§ **Activity**:
Of the lines in the data below, write out exactly those from the one holding "v 55.834 -6.022 7" through the one holding "v 53.049 -5.602 7", both included.
※ ※ ※
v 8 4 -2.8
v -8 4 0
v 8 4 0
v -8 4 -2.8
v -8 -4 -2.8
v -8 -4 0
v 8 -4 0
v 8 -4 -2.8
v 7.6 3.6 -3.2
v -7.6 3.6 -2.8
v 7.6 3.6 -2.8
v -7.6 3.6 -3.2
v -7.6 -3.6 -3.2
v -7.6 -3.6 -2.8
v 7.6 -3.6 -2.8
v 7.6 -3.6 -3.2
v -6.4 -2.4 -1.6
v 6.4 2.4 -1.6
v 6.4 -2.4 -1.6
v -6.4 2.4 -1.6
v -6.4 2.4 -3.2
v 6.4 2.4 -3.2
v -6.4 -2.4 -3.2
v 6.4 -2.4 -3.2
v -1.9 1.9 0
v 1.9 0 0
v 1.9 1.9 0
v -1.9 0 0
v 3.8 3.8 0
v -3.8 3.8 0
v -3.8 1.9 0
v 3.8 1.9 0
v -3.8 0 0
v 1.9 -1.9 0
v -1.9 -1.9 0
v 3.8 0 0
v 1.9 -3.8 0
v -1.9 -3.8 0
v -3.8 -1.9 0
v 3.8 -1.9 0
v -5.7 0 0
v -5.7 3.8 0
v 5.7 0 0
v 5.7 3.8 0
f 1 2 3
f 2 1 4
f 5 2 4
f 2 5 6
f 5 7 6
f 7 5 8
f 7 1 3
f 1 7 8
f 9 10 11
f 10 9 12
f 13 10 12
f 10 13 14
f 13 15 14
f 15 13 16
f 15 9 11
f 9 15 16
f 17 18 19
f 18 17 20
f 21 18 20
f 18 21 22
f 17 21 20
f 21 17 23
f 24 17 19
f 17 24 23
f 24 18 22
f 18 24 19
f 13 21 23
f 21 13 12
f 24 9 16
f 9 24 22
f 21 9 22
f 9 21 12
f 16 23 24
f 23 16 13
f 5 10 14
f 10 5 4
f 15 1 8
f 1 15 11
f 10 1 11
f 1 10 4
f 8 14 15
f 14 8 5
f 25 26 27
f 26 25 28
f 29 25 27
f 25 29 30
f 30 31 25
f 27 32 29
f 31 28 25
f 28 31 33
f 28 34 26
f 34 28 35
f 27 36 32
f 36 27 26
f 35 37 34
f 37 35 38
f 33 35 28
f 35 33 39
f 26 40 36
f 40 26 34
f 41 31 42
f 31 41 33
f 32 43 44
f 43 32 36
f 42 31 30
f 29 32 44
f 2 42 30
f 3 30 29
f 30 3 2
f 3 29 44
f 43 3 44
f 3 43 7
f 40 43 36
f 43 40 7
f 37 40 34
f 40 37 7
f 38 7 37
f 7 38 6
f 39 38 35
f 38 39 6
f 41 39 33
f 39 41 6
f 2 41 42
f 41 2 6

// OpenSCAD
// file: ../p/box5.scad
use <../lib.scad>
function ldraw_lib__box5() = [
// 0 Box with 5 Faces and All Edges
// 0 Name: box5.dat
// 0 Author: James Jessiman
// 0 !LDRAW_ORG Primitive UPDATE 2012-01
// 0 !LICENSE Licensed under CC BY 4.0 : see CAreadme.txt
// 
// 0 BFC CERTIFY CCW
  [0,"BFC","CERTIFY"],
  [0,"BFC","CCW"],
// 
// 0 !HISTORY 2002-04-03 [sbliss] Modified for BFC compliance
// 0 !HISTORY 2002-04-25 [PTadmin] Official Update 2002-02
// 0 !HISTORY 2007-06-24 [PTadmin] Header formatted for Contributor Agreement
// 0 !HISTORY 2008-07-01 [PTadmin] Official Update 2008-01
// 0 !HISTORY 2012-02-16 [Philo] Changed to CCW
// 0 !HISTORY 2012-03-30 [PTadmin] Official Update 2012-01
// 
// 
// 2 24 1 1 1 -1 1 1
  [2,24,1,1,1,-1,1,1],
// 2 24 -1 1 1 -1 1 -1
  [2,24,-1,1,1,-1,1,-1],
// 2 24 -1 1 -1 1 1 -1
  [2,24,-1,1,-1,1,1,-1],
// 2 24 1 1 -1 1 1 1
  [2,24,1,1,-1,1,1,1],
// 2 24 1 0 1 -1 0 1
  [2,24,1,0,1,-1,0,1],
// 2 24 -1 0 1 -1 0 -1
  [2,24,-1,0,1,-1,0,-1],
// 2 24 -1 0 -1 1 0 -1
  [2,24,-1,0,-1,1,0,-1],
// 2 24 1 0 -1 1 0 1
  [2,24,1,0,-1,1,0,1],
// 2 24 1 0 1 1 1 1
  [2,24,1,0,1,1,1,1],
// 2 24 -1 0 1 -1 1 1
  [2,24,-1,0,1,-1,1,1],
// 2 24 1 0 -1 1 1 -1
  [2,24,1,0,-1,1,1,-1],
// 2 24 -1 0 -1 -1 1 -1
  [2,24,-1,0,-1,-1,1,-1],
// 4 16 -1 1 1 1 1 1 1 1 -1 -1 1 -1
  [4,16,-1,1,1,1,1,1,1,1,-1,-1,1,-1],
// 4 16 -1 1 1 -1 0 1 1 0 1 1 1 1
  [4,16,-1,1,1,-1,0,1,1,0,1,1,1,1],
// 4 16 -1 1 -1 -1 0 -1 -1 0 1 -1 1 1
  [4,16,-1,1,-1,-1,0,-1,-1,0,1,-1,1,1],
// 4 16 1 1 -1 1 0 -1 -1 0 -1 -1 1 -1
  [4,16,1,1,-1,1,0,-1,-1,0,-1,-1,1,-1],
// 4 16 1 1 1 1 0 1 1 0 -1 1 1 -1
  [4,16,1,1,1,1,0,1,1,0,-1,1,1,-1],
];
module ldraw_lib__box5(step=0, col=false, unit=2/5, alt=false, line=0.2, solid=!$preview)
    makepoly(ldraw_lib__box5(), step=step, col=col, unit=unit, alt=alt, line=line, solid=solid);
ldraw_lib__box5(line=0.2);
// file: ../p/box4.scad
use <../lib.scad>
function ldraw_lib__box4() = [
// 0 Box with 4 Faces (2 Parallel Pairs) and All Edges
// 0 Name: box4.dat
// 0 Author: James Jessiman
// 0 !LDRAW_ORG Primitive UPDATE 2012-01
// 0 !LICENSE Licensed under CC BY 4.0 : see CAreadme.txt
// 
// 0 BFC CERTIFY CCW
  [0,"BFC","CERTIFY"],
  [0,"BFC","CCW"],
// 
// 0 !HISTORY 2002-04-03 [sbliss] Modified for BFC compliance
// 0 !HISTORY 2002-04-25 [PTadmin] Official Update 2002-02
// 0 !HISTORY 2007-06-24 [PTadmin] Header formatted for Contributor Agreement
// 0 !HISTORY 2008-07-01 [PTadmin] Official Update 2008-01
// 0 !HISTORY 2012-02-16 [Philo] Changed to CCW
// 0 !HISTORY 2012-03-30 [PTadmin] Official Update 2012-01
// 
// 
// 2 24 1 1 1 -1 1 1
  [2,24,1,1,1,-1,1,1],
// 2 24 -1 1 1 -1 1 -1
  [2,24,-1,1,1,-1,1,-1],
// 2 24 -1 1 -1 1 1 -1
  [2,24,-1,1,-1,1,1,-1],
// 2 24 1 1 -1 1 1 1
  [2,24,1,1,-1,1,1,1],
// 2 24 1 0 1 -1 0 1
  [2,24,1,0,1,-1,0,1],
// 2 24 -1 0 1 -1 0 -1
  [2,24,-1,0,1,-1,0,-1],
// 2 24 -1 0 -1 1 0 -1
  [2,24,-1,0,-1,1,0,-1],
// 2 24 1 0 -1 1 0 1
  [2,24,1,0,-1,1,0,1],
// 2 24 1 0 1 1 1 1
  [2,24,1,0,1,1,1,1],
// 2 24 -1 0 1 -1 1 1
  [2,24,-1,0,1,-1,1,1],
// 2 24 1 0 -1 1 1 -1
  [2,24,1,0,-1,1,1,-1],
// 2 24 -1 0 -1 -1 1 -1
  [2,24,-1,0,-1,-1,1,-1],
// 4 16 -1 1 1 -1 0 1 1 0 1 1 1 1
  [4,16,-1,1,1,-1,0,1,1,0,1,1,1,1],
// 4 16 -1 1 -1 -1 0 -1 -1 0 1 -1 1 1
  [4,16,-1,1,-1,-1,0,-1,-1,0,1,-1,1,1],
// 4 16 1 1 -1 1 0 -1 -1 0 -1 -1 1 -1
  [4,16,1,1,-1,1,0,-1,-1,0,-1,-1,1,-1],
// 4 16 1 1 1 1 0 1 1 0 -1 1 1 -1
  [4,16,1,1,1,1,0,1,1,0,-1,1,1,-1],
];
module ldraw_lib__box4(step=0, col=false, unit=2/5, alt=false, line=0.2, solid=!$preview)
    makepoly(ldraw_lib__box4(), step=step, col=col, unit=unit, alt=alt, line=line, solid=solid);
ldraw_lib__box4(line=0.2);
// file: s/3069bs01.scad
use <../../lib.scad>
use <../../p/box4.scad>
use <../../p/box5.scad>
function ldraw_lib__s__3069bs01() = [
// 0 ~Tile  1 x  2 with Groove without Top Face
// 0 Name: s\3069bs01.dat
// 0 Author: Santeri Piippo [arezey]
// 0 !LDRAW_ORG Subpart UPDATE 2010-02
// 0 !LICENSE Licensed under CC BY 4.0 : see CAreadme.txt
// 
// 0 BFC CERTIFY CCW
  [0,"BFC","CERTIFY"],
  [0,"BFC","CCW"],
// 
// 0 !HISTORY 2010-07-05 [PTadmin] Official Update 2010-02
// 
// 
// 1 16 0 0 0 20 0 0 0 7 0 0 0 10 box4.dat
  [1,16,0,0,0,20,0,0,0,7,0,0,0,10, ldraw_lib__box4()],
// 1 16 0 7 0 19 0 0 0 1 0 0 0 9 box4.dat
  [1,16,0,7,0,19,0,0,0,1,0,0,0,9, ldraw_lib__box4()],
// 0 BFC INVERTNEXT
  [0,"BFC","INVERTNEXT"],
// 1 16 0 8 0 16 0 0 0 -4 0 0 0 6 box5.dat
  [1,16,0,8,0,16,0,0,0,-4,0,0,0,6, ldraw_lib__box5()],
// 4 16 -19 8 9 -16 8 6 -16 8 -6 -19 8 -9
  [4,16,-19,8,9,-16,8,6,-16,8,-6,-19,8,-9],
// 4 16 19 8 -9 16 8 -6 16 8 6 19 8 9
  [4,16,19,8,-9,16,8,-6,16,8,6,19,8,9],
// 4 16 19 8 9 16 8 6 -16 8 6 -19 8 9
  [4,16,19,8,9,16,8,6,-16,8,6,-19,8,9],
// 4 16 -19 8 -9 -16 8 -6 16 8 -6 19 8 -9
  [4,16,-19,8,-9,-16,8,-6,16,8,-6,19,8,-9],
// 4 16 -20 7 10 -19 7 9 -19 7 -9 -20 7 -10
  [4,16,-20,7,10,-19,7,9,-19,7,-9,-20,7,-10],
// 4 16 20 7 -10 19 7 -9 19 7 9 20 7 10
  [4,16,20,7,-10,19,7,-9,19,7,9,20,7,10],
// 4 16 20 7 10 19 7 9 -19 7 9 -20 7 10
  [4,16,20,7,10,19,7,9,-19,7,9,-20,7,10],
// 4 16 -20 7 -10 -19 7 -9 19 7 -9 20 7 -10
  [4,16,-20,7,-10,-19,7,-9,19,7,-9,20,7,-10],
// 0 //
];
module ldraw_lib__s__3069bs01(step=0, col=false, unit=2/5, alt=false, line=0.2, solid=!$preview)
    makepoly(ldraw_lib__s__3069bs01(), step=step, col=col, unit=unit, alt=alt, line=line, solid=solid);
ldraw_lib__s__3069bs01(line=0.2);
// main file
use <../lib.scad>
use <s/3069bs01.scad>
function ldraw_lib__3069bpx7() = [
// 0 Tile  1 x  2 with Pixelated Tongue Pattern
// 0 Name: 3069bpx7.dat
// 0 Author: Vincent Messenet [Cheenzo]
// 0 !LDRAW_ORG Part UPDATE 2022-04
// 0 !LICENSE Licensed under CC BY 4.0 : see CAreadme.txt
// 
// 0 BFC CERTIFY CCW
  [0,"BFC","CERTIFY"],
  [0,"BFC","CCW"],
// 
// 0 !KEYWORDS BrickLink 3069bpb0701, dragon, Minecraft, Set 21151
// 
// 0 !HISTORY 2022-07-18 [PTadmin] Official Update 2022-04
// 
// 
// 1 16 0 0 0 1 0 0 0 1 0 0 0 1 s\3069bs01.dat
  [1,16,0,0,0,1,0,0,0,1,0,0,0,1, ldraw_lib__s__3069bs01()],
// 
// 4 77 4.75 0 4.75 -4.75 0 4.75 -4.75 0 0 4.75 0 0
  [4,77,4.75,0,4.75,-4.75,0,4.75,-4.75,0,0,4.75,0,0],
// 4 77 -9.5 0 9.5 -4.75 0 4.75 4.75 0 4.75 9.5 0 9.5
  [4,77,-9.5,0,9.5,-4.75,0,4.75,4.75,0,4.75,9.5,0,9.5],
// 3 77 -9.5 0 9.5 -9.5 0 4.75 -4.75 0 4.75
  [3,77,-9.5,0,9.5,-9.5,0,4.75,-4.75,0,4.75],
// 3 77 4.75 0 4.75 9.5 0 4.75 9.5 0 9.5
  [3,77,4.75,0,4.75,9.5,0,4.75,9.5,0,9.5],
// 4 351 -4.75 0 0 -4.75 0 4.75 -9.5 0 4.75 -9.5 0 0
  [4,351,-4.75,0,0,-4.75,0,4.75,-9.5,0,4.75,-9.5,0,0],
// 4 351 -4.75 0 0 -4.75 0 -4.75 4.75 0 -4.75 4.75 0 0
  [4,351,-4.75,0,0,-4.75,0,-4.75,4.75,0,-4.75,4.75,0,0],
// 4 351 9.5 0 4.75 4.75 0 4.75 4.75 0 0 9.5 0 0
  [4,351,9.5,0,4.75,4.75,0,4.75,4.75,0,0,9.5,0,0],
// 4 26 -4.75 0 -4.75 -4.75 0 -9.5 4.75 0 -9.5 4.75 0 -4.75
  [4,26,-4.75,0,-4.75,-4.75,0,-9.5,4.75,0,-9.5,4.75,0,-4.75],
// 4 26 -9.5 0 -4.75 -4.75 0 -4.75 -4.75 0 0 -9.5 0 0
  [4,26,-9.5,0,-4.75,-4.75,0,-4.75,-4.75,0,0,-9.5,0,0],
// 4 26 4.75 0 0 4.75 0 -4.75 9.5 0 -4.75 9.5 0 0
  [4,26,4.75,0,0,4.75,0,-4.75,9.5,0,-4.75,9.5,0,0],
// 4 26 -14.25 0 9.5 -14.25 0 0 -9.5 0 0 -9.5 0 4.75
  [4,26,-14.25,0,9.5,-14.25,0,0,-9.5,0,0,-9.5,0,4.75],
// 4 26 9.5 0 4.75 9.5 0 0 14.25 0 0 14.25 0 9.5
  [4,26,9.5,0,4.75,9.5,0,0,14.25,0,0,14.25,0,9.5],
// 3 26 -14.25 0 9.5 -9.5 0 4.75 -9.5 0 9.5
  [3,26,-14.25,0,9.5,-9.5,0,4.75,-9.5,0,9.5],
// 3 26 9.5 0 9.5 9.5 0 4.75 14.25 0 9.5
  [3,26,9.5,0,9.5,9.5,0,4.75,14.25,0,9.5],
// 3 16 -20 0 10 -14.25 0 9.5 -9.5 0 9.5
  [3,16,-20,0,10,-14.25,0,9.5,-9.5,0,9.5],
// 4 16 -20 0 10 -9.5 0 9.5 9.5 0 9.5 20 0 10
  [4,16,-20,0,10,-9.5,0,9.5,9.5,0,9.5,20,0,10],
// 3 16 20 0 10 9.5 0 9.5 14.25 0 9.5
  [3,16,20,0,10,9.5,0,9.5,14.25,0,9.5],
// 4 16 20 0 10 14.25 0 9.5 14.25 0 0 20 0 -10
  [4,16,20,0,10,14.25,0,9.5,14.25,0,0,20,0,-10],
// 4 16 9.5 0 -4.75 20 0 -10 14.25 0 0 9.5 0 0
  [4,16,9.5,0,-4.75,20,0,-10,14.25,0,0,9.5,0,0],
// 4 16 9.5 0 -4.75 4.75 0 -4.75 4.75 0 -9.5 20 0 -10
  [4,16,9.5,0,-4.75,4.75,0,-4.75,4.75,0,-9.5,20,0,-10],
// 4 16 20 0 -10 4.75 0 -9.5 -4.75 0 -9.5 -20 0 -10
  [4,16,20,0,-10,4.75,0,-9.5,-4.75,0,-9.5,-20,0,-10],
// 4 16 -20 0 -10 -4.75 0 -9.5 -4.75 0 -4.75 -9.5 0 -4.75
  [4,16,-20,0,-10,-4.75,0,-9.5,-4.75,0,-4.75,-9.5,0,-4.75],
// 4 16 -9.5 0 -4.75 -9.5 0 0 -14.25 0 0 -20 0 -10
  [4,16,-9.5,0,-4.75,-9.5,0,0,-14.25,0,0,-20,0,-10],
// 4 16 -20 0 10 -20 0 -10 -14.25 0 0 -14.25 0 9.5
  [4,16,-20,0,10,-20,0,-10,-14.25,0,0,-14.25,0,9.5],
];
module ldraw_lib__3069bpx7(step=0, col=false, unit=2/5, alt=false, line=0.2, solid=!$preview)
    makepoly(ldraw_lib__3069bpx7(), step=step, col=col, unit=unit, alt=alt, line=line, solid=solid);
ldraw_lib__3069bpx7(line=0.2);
※ ※ ※
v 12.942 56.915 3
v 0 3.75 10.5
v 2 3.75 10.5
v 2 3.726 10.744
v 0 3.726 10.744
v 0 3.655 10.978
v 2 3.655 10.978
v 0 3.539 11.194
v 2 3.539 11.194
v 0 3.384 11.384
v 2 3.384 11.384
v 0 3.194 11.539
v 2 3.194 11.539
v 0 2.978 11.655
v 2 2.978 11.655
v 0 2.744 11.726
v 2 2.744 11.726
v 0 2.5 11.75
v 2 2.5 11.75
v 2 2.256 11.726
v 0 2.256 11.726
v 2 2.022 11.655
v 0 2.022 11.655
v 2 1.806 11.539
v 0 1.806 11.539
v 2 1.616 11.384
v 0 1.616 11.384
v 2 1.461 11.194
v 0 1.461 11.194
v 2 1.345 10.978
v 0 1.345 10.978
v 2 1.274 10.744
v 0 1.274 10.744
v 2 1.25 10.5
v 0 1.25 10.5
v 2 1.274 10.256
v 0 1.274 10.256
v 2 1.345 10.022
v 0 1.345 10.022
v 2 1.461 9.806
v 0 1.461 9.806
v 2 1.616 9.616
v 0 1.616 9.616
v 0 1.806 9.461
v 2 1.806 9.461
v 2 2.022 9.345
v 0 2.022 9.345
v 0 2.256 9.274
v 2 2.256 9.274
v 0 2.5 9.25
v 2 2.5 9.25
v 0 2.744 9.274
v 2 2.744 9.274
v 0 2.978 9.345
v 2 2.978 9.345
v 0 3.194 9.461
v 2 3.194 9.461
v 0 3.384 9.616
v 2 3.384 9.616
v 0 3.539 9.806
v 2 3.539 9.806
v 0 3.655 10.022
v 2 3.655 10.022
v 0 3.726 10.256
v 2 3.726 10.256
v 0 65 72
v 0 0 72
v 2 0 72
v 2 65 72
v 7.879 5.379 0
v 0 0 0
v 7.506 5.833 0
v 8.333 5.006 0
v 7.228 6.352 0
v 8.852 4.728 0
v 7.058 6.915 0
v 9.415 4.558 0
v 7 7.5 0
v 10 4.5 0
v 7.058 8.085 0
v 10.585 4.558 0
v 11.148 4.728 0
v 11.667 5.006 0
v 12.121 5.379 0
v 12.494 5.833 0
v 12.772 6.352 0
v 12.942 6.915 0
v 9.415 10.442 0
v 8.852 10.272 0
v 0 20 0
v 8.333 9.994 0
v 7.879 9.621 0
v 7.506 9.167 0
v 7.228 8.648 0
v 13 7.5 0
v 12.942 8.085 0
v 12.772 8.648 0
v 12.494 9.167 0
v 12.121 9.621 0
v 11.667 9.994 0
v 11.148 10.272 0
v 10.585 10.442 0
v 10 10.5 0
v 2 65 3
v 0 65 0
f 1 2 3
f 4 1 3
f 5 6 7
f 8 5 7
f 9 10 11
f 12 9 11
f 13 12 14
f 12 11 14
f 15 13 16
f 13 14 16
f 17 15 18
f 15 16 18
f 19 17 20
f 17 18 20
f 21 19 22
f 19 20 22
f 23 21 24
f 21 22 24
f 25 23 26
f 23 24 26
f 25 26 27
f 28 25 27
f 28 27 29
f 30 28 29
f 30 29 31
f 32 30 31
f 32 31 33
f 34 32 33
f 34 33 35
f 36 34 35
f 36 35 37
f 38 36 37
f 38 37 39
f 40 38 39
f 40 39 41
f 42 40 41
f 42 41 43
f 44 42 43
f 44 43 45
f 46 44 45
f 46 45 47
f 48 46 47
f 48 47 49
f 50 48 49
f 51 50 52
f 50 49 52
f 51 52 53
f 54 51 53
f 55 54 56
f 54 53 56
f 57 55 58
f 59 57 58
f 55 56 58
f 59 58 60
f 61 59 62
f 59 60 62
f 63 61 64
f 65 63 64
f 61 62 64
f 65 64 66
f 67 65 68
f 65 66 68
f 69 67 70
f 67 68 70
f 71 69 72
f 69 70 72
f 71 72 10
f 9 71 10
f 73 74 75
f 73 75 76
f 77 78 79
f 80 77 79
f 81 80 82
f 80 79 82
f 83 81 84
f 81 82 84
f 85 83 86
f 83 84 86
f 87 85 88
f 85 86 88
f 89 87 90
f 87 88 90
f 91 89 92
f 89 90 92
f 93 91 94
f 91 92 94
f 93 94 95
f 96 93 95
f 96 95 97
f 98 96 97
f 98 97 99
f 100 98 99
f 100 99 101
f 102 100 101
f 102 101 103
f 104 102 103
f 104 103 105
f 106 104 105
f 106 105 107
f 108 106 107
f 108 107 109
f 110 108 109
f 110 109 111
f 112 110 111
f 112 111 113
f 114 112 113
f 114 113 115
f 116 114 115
※ ※ ※
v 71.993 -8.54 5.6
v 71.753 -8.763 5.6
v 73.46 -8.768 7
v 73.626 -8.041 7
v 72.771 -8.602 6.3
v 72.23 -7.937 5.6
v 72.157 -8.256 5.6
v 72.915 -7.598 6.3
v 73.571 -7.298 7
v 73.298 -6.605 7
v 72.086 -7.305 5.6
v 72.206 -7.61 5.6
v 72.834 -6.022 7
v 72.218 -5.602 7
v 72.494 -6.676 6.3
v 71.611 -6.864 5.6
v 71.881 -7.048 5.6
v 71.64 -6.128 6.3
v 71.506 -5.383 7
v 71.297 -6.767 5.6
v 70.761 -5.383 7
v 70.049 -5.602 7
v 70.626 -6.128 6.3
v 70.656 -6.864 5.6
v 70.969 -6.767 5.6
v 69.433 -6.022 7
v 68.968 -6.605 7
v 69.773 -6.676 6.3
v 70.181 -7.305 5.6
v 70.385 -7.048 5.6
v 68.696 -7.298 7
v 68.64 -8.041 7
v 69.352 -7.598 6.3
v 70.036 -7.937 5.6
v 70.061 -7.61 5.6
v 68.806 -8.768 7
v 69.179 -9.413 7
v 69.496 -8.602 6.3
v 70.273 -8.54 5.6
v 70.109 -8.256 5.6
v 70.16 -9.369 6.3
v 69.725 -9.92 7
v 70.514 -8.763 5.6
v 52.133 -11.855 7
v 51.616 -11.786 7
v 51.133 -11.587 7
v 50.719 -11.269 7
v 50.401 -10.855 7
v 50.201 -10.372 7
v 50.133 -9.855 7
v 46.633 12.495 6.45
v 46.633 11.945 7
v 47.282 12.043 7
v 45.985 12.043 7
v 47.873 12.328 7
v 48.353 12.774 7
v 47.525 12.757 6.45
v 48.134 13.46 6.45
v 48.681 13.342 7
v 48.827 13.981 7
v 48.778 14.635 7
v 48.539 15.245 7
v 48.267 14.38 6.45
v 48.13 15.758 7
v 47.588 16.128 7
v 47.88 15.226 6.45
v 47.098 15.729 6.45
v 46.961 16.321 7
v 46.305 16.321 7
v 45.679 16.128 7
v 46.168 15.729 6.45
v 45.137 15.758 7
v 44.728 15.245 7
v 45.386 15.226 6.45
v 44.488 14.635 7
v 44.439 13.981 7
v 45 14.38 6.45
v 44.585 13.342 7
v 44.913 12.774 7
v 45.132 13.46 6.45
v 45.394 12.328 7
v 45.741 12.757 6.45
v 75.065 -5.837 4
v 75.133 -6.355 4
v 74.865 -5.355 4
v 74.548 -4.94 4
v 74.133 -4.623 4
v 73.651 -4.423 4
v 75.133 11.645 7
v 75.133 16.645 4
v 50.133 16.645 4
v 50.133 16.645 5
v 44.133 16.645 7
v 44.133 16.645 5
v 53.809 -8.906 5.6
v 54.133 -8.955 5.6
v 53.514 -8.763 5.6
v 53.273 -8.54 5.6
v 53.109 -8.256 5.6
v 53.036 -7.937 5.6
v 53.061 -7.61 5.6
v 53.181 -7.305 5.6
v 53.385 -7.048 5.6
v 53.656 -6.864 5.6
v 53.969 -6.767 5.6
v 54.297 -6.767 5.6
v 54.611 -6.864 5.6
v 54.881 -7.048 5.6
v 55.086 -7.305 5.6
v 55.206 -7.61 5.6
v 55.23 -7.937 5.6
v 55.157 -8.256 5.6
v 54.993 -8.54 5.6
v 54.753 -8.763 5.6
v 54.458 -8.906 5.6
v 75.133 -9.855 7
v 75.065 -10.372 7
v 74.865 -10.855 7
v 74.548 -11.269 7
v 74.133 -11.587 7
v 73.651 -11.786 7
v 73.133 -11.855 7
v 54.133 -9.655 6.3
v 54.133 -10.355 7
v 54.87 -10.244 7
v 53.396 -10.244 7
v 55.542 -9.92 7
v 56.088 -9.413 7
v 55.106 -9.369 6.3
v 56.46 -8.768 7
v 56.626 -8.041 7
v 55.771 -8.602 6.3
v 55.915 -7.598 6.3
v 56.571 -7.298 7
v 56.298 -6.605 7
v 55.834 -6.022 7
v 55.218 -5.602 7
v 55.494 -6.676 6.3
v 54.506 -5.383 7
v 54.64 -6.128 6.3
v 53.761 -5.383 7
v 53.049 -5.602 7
※ ※ ※
§ **Solution**:
v 55.834 -6.022 7
v 55.218 -5.602 7
v 55.494 -6.676 6.3
v 54.506 -5.383 7
v 54.64 -6.128 6.3
v 53.761 -5.383 7
v 53.049 -5.602 7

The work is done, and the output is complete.